Spending on unwarranted use of healthcare services, where no actual measurable benefit is obtained, has been estimated in the range of $250-$325 billion annually in the U.S., according to Thompson Reuters data from 2009. The unwarranted use of healthcare services is the largest single component to the $600-$850 billion surplus in healthcare spending that can be attributed to embedded inefficiencies; inefficiencies that ultimately increase healthcare cost and decrease the overall quality of public health.
The first step that agencies can take to reduce healthcare costs and improve quality is to identify the surplus of discretionary health care services. This is where analysis of patient and population data comes in.
Enter Big Data
Hospital organizations are sitting on large volume data sets, typically in the petabyte scale for each hospital. These are composed of individual patient electronic information that has the potential to root out these systemic inefficiencies in their healthcare services. Sorting through this data, however, presents a substantial challenge.
Even within a single patient record there are large varieties in the type and format of the data. Today, this data is becoming more complex with structured data (data that resides in fixed fields within a record) becoming comingled with unstructured data in the form of free text, images, audio, and video files.
During periods of critical patient care this data can have a high velocity requiring quick time-sensitive response. Hospitals are increasingly facing information overload and need to implement data strategies — ranging from data use to data retention — to uncover the information buried within these large volumes of population data. Collecting an overall dataset with the individual case details for each member of the entire population of patients can help identify inefficiencies in healthcare services.
Reducing Unwarranted Healthcare Expenditures
Specific areas of unwarranted health services include: overuse due to fee-for-service incentives; marginally valued direct care that has no measurable benefit or shows no improvement in patient outcome; unnecessary diagnostic or imaging tests that are performed to protect against malpractice exposure; and high cost diagnostics performed on patients at very low risk for the condition.

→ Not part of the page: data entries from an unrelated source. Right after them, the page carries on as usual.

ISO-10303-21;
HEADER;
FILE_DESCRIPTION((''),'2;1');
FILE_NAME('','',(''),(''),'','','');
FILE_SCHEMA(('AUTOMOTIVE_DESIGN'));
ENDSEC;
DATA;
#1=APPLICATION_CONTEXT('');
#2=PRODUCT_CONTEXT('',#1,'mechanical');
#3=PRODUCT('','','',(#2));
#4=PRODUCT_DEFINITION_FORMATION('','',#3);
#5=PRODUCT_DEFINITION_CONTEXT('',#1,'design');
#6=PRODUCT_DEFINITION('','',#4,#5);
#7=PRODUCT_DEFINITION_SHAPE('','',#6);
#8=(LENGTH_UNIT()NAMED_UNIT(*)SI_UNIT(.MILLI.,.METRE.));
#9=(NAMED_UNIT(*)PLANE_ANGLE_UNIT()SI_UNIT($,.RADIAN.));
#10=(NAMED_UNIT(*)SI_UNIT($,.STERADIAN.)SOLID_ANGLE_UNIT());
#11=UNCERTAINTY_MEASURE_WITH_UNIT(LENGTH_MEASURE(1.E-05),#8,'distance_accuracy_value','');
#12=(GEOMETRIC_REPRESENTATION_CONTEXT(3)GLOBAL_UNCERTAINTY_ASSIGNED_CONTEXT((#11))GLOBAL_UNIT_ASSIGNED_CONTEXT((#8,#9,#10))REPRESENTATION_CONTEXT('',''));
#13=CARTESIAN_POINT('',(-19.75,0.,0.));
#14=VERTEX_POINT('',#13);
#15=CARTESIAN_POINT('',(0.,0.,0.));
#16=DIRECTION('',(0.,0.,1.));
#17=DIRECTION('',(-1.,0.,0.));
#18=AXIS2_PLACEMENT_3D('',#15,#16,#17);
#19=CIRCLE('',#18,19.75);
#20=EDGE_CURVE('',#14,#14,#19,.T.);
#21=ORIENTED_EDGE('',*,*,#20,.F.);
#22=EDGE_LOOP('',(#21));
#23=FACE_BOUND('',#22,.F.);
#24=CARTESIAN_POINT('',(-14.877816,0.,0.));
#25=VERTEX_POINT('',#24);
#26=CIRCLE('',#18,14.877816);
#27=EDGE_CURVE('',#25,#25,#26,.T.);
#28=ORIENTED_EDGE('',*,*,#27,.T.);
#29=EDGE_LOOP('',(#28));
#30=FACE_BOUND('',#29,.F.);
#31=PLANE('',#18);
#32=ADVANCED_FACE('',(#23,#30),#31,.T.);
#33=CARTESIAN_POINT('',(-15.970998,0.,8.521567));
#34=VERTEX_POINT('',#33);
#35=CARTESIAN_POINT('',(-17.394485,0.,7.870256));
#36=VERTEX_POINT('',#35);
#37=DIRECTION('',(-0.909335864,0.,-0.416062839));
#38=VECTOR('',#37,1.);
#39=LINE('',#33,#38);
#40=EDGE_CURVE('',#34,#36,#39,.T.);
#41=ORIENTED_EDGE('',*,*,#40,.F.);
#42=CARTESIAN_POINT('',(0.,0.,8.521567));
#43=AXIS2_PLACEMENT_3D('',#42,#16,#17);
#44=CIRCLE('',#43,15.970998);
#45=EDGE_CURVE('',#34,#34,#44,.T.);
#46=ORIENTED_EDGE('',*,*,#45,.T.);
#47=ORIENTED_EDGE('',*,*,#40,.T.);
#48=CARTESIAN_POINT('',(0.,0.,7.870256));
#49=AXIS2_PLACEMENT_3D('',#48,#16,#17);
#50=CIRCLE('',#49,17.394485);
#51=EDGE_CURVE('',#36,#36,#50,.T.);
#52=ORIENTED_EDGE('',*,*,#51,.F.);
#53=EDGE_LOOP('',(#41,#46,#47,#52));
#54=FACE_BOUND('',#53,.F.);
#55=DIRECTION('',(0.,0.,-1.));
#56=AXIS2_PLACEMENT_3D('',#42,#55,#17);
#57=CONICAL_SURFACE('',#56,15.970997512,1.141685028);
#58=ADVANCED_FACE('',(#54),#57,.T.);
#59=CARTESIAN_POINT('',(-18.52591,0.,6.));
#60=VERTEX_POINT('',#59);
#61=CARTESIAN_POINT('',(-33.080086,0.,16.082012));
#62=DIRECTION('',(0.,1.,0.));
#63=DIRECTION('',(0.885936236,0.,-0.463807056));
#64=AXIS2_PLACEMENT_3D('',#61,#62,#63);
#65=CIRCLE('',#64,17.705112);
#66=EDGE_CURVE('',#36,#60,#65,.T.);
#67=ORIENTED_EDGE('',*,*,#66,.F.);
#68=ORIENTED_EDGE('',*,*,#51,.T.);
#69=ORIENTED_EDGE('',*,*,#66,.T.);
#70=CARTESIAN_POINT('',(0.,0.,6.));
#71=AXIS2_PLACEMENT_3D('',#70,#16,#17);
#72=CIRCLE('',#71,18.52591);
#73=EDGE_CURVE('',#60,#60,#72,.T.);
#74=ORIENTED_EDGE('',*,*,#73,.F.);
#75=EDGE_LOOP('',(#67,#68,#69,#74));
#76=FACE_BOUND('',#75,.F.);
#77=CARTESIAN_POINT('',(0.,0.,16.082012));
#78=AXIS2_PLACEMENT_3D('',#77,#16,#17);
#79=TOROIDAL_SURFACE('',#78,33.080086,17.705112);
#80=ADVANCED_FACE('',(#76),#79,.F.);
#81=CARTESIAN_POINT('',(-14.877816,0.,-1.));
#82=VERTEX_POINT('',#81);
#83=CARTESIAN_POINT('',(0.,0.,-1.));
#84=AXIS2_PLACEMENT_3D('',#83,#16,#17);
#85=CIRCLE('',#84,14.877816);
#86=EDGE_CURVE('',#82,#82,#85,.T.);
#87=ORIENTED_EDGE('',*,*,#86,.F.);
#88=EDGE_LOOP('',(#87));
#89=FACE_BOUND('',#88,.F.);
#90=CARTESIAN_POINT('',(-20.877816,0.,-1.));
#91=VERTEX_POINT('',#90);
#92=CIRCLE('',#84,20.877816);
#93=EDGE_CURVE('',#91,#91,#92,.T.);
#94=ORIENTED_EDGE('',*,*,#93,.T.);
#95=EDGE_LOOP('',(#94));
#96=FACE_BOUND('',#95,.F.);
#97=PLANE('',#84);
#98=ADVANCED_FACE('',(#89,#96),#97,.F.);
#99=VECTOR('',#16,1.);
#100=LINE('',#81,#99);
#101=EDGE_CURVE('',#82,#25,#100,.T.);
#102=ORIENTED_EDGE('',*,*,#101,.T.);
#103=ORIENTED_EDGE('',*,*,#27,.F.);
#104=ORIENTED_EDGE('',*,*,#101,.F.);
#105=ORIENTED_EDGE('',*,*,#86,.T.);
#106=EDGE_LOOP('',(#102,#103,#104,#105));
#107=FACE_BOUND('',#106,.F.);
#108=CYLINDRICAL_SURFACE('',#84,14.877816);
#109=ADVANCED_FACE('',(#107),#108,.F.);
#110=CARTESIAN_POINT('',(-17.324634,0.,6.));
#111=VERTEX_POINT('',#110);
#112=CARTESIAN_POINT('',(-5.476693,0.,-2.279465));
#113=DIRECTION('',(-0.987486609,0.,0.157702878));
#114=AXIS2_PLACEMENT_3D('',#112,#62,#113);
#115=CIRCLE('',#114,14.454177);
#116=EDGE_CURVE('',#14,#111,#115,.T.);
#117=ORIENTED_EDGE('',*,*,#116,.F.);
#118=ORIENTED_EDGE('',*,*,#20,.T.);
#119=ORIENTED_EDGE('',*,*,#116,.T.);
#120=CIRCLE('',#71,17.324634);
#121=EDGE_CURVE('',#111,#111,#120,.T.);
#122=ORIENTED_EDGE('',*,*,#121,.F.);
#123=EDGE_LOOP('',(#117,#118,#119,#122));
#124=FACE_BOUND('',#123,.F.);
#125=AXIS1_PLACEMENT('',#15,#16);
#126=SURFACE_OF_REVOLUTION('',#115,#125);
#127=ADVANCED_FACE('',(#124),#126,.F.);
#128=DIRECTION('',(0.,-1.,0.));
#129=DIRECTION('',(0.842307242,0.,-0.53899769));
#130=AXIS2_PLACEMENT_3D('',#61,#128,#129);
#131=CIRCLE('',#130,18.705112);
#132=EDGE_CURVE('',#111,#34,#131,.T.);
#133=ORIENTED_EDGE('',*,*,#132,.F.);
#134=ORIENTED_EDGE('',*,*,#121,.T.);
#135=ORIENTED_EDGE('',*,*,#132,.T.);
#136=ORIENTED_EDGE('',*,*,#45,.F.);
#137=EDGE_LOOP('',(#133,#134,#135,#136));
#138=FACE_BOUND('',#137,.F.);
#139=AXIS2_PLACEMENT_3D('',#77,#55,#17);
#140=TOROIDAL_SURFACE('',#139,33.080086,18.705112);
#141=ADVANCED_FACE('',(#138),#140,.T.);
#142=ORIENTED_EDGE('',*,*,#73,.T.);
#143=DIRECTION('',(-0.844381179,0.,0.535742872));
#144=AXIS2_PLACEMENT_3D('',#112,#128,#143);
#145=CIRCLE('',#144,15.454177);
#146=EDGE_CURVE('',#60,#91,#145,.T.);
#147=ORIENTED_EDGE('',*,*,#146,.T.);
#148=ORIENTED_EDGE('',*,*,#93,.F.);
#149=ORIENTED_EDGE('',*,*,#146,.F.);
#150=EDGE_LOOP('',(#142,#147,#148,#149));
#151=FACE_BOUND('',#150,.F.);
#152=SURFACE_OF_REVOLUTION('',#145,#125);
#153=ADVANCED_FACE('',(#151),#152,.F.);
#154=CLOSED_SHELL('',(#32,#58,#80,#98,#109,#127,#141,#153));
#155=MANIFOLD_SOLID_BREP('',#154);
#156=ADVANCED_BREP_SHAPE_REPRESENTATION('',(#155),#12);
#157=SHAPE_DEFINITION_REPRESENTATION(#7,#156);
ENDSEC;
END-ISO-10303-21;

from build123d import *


with BuildPart() as f2:
    # F1 (on Front) → F2 (revolve)
    with BuildSketch(Plane.XZ):
        with BuildLine():
            ThreePointArc((-19.75, 0), (-18.8774355083, 3.1374853065), (-17.3246340174, 6))
            ThreePointArc((-17.3246340174, 6), (-16.5995192538, 7.2348568467), (-15.9709975123, 8.5215670988))
            Line((-15.9709975123, 8.5215670988), (-17.3944850113, 7.8702563207))
            ThreePointArc((-17.3944850113, 7.8702563207), (-17.9313073667, 6.9176508907), (-18.5259099141, 6))
            ThreePointArc((-18.5259099141, 6), (-20.1261112743, 2.6425417796), (-20.8778156574, -1))
            Line((-20.8778156574, -1), (-14.8778156574, -1))
            Line((-14.8778156574, -1), (-14.8778156574, 0))
            Line((-14.8778156574, 0), (-19.75, 0))
        make_face()
    revolve(axis=Axis((0, 0, 0), (0, 0, 1)))


solid = f2.part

To systematically reduce these un-warranted expenditures, healthcare organizations are moving away from the current fee-for-service payment model and towards providing reimbursement for services based on health outcome. The new Accountable Care Organizations (ACOs) are working to provide pay-for-performance incentive models. An ACO is a payment and delivery reform model that ties provider healthcare reimbursements to quality measures and works to reduce the total cost of care for a population of patients. Predictive and prescriptive analytics is inherently embedded into this new model of care.
Predictive and prescriptive analytics looks at what might happen for a given health situation and prescriptive analytics tells either hospital or patients what they might want to do in the future to address a specific health situation. These analytic approaches are powerful tools for identifying un-warranted health services.
[Related: The HIT needs of ACOs: Analytic data.]
The analytic approach uses patterns found in historical data sets like medical records to identify risks, trends, and associations. One well-known example is credit scoring used throughout the financial services industry. Particular to healthcare, predictive analytics can be used to address un-warranted care by answering questions such as:
• What is a patient’s specific risk for readmission to a hospital over the next 30 days?
• What is the specific outcome a diagnostic test will likely have on the current treatment plan?
• What specific medical procedures, tests and prescribed drugs provide no measurable benefit in patient outcome?
• What specific tests are performed primarily for medical liability reasons?